Stored data entries
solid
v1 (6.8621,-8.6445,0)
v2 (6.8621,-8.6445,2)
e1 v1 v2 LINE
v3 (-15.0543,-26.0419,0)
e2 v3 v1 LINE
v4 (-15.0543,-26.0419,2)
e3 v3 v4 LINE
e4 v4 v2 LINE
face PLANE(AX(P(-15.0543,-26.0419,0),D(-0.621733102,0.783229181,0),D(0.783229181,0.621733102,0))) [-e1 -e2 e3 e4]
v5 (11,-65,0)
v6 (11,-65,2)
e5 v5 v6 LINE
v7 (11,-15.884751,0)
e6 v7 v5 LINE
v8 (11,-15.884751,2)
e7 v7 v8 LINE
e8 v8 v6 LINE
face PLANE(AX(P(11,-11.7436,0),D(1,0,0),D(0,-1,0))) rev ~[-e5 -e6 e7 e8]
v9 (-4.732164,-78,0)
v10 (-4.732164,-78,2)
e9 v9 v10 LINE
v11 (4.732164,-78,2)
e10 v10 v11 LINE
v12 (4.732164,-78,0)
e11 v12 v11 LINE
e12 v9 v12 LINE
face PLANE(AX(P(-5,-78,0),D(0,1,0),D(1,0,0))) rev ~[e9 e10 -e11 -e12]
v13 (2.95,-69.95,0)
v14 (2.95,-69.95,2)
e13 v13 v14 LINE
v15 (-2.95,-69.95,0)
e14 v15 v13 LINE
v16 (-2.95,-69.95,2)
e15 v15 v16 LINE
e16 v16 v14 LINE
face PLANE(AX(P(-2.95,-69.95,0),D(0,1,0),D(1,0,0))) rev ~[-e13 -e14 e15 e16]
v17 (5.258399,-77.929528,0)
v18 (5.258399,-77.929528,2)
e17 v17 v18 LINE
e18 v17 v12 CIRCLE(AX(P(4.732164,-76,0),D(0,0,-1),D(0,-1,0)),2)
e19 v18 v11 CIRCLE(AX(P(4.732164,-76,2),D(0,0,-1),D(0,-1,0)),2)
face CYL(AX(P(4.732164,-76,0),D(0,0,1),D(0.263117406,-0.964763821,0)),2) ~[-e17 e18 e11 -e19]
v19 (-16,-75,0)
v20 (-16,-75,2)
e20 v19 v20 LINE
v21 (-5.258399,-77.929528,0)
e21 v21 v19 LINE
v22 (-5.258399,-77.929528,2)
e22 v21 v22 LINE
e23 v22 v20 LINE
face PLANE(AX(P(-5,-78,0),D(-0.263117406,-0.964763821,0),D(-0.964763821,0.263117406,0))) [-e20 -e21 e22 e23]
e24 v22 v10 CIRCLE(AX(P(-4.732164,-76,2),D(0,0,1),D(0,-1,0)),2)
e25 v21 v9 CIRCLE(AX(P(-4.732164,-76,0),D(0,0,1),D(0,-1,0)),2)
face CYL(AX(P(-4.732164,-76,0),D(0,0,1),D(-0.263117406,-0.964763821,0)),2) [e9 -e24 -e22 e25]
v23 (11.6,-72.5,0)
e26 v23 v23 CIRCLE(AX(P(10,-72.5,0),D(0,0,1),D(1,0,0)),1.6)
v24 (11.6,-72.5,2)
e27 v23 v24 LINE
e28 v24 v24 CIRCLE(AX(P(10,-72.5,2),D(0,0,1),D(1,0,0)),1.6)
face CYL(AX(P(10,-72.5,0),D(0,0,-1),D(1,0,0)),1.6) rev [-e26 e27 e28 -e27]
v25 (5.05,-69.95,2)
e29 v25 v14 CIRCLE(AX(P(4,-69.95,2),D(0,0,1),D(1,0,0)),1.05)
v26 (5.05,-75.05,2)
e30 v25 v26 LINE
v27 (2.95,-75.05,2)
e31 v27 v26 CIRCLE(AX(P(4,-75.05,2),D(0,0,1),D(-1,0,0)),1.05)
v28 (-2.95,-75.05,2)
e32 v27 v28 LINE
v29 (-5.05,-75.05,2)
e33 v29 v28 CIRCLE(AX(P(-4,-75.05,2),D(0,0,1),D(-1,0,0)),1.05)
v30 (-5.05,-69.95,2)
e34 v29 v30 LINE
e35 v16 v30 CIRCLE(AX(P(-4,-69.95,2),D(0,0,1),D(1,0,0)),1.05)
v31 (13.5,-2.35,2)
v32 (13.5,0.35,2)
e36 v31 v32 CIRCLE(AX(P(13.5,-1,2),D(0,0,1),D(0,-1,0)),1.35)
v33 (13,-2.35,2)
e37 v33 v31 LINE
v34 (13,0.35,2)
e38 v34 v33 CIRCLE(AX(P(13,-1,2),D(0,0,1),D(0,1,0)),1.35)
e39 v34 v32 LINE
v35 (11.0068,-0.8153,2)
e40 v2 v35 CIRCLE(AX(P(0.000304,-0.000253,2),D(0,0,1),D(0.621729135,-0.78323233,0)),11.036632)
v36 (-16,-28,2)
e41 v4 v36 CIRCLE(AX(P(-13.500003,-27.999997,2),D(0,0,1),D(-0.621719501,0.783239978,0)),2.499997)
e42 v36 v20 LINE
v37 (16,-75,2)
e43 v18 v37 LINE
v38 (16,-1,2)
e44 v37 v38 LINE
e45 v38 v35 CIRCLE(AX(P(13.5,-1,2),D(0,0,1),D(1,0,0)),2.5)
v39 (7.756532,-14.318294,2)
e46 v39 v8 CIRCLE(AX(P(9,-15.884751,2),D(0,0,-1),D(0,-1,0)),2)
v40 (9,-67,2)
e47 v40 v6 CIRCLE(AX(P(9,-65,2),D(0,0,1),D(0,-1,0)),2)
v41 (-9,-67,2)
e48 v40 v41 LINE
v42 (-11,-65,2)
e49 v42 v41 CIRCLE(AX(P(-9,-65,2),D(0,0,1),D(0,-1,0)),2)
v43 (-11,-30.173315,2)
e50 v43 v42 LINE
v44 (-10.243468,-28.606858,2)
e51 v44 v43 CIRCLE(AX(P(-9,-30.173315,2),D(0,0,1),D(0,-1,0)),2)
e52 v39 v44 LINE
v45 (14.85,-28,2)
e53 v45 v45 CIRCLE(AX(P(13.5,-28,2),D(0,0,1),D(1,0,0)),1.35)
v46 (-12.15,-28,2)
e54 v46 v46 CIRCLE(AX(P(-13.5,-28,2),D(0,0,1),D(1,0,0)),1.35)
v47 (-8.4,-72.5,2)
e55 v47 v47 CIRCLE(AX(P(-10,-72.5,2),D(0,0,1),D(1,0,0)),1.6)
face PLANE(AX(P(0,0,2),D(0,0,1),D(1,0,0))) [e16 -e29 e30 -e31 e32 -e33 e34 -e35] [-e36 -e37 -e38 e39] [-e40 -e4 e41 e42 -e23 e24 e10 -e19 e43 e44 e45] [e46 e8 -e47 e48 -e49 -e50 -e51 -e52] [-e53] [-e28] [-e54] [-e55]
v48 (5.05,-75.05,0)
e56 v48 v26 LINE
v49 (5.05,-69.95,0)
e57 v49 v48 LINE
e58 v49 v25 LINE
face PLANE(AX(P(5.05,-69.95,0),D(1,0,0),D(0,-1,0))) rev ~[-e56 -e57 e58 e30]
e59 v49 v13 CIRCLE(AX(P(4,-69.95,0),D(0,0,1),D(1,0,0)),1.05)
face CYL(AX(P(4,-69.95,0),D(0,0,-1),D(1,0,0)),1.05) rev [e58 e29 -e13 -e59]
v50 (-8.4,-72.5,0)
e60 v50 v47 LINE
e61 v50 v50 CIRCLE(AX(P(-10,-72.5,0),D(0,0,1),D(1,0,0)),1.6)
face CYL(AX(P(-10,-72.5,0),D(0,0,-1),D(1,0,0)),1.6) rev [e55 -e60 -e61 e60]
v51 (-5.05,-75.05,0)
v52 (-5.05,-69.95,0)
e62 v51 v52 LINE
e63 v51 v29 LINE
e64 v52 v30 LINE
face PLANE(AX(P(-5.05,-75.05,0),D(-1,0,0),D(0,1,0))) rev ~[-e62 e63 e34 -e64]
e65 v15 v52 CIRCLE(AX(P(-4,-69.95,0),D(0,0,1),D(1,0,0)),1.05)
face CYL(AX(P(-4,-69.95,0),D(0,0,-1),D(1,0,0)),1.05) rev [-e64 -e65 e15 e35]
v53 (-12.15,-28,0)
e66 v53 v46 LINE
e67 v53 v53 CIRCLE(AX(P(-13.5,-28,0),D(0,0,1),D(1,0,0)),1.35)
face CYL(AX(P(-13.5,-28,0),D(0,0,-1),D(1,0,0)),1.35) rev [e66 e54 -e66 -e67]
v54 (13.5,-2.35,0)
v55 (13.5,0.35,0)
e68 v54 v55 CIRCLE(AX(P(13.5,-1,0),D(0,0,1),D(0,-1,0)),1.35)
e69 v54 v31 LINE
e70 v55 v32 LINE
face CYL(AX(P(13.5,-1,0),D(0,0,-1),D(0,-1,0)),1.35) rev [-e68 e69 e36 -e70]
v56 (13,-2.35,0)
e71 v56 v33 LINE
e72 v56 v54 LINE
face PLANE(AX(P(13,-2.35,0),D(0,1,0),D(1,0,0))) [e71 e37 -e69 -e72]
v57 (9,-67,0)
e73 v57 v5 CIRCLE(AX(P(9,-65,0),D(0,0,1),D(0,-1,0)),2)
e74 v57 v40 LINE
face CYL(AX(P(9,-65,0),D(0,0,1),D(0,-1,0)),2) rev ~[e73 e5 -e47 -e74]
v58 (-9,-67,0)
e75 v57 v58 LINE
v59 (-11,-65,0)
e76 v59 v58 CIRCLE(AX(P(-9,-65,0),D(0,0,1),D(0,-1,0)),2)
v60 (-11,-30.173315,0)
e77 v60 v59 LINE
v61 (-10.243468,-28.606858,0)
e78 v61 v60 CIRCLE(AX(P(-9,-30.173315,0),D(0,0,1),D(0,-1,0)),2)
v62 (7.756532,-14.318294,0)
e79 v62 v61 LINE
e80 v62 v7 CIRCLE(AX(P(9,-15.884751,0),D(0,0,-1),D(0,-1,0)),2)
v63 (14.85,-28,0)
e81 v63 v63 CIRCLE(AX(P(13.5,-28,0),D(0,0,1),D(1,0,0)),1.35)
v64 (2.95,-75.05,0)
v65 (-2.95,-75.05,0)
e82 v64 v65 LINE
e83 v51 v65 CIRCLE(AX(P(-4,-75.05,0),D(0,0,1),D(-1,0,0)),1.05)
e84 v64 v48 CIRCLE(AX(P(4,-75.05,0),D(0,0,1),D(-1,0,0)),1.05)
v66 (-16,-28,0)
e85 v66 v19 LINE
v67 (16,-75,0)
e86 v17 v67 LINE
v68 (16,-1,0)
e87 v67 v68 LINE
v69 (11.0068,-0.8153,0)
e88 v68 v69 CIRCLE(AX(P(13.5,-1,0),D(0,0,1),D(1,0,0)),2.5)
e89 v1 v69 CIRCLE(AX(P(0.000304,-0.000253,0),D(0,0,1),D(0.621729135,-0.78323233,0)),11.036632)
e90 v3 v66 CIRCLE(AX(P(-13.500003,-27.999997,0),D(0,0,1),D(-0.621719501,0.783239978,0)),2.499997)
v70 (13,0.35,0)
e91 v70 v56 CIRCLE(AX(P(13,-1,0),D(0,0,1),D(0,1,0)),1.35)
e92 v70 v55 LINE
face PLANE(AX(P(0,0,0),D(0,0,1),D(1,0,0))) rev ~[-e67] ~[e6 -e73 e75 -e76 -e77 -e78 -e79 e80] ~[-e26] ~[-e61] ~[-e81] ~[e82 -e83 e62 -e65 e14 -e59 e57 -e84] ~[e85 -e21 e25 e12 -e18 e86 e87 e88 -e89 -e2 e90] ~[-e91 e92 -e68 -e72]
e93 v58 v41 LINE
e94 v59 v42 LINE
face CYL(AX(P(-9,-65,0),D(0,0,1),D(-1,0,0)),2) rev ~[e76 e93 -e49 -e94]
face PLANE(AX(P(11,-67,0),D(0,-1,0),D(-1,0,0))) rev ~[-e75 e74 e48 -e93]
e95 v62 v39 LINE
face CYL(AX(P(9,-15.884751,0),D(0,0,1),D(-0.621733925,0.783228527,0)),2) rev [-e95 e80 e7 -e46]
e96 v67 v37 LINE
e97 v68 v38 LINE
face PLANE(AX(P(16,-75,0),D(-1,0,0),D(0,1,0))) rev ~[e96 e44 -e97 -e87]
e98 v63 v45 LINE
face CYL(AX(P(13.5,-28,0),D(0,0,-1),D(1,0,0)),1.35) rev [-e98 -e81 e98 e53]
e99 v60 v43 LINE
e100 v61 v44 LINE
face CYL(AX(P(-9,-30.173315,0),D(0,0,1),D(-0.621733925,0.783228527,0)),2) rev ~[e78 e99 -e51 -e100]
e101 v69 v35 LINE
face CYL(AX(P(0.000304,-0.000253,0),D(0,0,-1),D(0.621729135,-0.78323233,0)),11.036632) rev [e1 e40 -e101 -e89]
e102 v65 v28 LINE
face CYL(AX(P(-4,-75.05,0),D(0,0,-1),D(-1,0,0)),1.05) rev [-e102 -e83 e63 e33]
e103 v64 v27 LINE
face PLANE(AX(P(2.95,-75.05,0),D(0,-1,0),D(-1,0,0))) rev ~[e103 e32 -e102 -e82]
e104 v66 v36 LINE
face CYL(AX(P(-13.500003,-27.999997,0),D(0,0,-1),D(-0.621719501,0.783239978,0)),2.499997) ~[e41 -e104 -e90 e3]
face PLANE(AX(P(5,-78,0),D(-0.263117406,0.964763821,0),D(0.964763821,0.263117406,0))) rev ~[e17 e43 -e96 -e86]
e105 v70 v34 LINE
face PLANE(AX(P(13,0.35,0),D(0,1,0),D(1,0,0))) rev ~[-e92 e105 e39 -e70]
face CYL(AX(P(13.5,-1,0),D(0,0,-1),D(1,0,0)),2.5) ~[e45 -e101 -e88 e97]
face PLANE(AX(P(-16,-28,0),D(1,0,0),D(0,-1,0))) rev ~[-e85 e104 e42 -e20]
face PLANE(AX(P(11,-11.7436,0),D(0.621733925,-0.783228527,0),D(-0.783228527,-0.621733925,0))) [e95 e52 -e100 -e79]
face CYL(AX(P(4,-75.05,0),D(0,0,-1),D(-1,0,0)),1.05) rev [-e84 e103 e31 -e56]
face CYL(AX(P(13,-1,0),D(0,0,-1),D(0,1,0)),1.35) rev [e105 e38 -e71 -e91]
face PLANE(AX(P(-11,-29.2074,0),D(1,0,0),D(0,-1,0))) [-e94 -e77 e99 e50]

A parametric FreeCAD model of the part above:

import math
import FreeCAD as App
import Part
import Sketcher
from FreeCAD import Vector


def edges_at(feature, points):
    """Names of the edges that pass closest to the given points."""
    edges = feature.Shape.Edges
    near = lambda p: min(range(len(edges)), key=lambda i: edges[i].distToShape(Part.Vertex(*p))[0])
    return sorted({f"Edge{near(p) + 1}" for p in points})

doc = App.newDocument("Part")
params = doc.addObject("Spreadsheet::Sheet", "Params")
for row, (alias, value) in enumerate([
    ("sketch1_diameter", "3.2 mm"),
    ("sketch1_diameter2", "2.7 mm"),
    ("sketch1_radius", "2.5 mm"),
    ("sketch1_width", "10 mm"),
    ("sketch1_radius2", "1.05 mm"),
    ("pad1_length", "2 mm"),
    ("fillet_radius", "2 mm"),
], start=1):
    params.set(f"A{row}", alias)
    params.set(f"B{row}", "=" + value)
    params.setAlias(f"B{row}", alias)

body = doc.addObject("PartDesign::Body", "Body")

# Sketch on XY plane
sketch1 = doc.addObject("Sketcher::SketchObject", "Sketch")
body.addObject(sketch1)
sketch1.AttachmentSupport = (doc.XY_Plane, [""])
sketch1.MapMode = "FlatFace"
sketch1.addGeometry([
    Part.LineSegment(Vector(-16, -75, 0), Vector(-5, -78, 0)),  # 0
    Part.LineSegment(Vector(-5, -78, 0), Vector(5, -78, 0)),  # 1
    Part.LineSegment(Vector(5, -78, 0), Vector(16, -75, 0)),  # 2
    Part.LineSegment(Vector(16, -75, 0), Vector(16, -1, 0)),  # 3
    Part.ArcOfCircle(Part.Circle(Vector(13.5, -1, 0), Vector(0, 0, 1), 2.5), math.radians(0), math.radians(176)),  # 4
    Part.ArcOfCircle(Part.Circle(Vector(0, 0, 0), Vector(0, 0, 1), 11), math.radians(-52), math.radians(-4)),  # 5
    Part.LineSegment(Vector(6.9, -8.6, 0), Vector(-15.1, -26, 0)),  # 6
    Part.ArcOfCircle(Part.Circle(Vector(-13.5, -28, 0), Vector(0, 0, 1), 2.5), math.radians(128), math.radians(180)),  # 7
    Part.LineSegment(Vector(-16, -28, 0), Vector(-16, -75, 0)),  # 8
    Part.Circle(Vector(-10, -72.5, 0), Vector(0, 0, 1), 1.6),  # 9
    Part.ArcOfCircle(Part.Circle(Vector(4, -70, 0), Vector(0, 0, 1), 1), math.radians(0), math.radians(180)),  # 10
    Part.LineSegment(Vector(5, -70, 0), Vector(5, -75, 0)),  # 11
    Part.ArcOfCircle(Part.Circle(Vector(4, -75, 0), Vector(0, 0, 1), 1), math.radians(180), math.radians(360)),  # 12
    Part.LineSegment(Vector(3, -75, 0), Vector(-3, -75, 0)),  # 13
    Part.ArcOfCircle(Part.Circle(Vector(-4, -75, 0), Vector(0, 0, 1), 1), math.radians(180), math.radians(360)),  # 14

_Exercise goal_
Going back to the entries above, set down exactly the lines that begin at the one with "e24 v22 v10" and end at the one with "v23 (11.6,-72.5,0)", both included, and nothing else.

_Written solution_
e24 v22 v10 CIRCLE(AX(P(-4.732164,-76,2),D(0,0,1),D(0,-1,0)),2)
e25 v21 v9 CIRCLE(AX(P(-4.732164,-76,0),D(0,0,1),D(0,-1,0)),2)
face CYL(AX(P(-4.732164,-76,0),D(0,0,1),D(-0.263117406,-0.964763821,0)),2) [e9 -e24 -e22 e25]
v23 (11.6,-72.5,0)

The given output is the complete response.